食生活は変わらない
|
そういえば、カノで面白いことがあった。
日本から遠く離れたナイジェリアの、さらに首都から離れたカノに日本の企業なのか調査会社か分かりませんが、ここ数年来流行の「BOPビジネス」の調査に日本人がやってきたそうだ。
BOP(Base of the Pyramid)ビジネスというのは、世界の貧困層40億人をターゲットとしたビジネスのことで、企業が利益を出しつつ、かつ顧客である貧困層の貧困削減に資することを目指すものです。

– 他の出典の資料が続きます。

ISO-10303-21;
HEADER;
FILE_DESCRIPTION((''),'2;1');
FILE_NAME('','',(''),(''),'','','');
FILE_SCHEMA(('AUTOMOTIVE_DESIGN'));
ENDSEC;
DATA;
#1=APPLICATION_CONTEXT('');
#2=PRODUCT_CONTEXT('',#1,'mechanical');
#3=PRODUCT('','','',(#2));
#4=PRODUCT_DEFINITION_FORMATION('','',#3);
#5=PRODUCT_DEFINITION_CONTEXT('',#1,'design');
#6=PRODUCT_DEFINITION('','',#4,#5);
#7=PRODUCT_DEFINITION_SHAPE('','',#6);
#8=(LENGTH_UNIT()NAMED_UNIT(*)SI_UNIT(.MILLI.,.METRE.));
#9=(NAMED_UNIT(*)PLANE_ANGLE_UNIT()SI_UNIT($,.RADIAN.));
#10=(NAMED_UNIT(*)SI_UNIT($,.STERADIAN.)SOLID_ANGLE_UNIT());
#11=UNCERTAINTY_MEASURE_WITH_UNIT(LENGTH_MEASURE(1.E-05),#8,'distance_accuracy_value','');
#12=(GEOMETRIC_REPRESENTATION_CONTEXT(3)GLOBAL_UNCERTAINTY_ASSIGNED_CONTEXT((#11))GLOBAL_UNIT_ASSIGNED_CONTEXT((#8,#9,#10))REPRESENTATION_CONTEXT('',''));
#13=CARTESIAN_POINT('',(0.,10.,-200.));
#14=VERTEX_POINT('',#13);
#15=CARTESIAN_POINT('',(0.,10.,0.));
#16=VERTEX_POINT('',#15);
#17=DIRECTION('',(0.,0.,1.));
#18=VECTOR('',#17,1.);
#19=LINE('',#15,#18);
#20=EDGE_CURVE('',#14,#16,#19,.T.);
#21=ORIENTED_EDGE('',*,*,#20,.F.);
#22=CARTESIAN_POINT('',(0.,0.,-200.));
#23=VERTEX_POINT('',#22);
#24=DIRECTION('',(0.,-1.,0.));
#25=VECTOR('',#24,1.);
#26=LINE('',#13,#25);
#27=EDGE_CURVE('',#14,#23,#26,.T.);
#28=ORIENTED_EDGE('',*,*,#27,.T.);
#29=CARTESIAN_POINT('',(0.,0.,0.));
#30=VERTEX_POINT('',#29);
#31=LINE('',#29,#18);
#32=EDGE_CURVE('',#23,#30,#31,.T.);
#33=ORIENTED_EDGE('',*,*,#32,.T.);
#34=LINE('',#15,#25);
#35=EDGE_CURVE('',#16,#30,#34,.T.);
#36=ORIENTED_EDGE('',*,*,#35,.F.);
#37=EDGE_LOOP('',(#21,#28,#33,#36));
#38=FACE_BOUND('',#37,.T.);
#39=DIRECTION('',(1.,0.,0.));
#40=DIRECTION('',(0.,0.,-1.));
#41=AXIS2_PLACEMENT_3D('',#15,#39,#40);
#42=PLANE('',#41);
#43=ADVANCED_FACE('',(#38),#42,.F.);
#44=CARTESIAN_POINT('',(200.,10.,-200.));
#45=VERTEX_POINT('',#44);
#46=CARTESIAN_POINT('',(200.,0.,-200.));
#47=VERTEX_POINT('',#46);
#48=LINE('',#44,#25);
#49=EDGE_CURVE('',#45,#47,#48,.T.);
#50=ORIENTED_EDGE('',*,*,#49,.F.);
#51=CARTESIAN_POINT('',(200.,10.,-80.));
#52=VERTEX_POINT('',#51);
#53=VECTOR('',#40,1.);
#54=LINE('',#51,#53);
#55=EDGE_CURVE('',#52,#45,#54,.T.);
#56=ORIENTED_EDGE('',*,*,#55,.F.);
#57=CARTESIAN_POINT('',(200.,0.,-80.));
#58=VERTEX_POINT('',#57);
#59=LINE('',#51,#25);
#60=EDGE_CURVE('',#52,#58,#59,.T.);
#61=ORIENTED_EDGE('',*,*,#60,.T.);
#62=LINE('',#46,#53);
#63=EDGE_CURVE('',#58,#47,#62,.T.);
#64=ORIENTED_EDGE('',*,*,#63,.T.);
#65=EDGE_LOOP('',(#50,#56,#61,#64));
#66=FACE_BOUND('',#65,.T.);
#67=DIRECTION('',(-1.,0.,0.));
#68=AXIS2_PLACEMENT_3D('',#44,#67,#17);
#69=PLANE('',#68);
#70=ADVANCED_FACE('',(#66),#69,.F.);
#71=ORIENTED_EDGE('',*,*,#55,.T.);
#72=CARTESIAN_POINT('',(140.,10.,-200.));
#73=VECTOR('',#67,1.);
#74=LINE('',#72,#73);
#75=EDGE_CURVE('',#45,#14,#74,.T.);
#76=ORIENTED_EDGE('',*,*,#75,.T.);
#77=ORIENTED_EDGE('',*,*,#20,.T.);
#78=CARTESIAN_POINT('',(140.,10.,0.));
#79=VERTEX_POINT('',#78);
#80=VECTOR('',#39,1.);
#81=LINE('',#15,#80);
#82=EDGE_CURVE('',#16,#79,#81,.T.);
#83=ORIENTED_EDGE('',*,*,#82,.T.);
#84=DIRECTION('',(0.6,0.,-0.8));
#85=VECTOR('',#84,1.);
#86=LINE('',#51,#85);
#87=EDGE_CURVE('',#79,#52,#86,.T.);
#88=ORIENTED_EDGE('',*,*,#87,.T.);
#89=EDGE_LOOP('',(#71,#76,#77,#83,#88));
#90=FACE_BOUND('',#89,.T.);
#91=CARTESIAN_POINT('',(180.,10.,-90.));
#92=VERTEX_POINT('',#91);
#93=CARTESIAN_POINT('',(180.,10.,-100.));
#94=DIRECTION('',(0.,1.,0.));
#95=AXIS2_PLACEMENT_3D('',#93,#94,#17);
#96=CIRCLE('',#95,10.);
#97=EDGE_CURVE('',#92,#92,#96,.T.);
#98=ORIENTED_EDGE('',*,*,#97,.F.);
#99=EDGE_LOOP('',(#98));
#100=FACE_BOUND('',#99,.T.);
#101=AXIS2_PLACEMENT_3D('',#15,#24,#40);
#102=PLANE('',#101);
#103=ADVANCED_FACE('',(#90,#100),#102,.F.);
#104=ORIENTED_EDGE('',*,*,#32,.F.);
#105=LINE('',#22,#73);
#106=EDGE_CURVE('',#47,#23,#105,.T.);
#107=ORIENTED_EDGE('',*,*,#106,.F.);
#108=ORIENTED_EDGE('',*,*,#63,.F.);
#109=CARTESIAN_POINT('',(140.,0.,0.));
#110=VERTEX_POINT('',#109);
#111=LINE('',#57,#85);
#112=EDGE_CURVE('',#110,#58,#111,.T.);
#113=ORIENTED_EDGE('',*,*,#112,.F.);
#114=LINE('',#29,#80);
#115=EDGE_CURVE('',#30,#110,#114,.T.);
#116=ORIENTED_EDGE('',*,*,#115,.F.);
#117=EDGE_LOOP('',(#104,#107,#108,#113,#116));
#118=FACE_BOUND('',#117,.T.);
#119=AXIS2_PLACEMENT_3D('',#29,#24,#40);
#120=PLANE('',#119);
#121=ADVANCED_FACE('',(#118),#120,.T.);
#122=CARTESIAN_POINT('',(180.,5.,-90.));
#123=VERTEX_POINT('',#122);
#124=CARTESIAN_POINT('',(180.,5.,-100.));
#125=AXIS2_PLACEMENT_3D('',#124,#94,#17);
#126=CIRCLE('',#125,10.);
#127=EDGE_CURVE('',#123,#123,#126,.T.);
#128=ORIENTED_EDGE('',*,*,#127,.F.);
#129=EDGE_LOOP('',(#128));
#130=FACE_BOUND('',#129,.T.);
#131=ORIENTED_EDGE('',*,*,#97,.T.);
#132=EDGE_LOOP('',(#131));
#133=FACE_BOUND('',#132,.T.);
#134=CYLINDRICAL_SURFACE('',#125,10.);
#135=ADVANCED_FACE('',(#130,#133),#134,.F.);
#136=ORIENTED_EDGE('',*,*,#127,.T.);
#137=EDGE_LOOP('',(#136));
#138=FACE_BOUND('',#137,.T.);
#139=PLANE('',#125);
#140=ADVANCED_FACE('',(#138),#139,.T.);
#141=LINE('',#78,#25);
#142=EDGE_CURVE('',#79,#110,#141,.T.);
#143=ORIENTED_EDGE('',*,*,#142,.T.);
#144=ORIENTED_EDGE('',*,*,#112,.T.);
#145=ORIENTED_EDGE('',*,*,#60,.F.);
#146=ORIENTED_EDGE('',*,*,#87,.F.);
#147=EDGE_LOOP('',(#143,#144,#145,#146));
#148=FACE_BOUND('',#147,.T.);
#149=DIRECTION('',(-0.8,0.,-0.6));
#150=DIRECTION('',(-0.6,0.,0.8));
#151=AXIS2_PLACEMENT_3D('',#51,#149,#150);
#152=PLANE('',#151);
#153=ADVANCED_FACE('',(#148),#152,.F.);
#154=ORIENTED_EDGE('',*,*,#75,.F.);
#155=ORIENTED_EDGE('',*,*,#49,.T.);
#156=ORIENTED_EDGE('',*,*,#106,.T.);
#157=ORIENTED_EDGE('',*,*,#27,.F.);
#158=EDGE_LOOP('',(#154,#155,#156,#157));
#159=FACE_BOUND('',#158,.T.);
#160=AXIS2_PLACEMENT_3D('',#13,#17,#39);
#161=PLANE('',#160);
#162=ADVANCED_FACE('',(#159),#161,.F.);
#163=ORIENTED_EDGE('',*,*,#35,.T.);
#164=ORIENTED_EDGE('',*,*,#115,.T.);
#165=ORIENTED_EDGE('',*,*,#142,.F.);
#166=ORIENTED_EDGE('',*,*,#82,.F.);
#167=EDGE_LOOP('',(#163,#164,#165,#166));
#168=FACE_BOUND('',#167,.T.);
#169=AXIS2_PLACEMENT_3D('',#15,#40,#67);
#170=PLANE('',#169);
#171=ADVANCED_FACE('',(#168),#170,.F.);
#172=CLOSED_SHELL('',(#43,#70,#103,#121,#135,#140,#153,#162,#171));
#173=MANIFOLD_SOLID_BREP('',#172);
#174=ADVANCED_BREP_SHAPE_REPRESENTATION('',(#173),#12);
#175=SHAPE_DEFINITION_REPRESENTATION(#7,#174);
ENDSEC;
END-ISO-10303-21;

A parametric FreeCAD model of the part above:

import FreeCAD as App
import Part
import Sketcher

V = App.Vector

doc = App.newDocument("Part")
body = doc.addObject("PartDesign::Body", "Body")

# Sketch on XZ plane
sketch1 = body.newObject("Sketcher::SketchObject", "Sketch")
sketch1.AttachmentSupport = (doc.getObject("XZ_Plane"), [""])
sketch1.MapMode = "FlatFace"
sketch1.addGeometry([
    Part.LineSegment(V(0, 0, 0), V(140, 0, 0)),  # 0
    Part.LineSegment(V(140, 0, 0), V(200, -80, 0)),  # 1
    Part.LineSegment(V(200, -80, 0), V(200, -200, 0)),  # 2
    Part.LineSegment(V(200, -200, 0), V(0, -200, 0)),  # 3
    Part.LineSegment(V(0, -200, 0), V(0, 0, 0)),  # 4
], False)
sketch1.addConstraint([
    Sketcher.Constraint("Coincident", 0, 2, 1, 1),
    Sketcher.Constraint("Coincident", 1, 2, 2, 1),
    Sketcher.Constraint("Coincident", 2, 2, 3, 1),
    Sketcher.Constraint("Coincident", 3, 2, 4, 1),
    Sketcher.Constraint("Coincident", 4, 2, 0, 1),
    Sketcher.Constraint("Horizontal", 0),
    Sketcher.Constraint("Vertical", 2),
    Sketcher.Constraint("Horizontal", 3),
    Sketcher.Constraint("Vertical", 4),
    Sketcher.Constraint("Coincident", 4, 2, -1, 1),
    Sketcher.Constraint("Equal", 3, 4),
    Sketcher.Constraint("DistanceX", 0, 1, 0, 2, 140.0),
    Sketcher.Constraint("DistanceX", 3, 2, 3, 1, 200.0),
    Sketcher.Constraint("DistanceY", 2, 2, 2, 1, 120.0),
])
pad1 = body.newObject("PartDesign::Pad", "Pad")
pad1.Profile = sketch1
pad1.Length = 10
pad1.Reversed = True

# Sketch on XZ plane
sketch2 = body.newObject("Sketcher::SketchObject", "Sketch001")
sketch2.AttachmentSupport = (doc.getObject("XZ_Plane"), [""])
sketch2.MapMode = "FlatFace"
sketch2.AttachmentOffset = App.Placement(V(0, 0, -10), App.Rotation())
sketch2.addGeometry(Part.Circle(V(180, -100, 0), V(0, 0, 1), 10), False)
sketch2.addConstraint([
    Sketcher.Constraint("Diameter", 0, 20.0),
    Sketcher.Constraint("DistanceX", -1, 1, 0, 3, 180.0),
    Sketcher.Constraint("DistanceY", 0, 3, -1, 1, 100.0),
])
pocket1 = body.newObject("PartDesign::Pocket", "Pocket")
pocket1.Profile = sketch2
pocket1.Length = 5
pocket1.Reversed = True

doc.recompute()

で、カノ州女性省を経由して女性センターの生徒たちにインタビューをしたらしい。で、女性省のスタッフたちが日本人が持ってきた商品のサンプルを見せてくれた。
①はえとり紙 ②虫除けリング、③高野豆腐、④ふりかけ
う〜〜〜〜〜〜〜〜〜〜ん
①はOKだと思う。ハエはたくさんいるし、、、だけど、ちょっと気になるのだが、現地の人たちはハエがたくさん飛んでいても気にしていないような気がする。。。追っ払っても無駄だからなのかな??
②は腕につけるリング状のもので、いやなにおいがするから蚊がよってこないというやつ。これもOKかも。でもな〜、価格によるかなあ。
③と④については、かなりビックリ。
たしかに、北部ナイジェリアには豆腐と同じような食べものがありますが、、、う〜ん、でもねえ、豆腐の状態で食べるか、揚げて食べるかのどちらかなので、高野豆腐にする意味がないなあ、、、
④は99%無理でしょう。
ナイジェリアでは主食のお米、トウモロコシの粉、ヤムイモなどを、ついて蒸かしたり、揚げたりしたものに、シチューやソースを合わせます。写真はお米の粉を蒸して揚げたものと、ヤギ肉のシチュー。主食のほうを小さくちぎって、シチューにつけて食べます。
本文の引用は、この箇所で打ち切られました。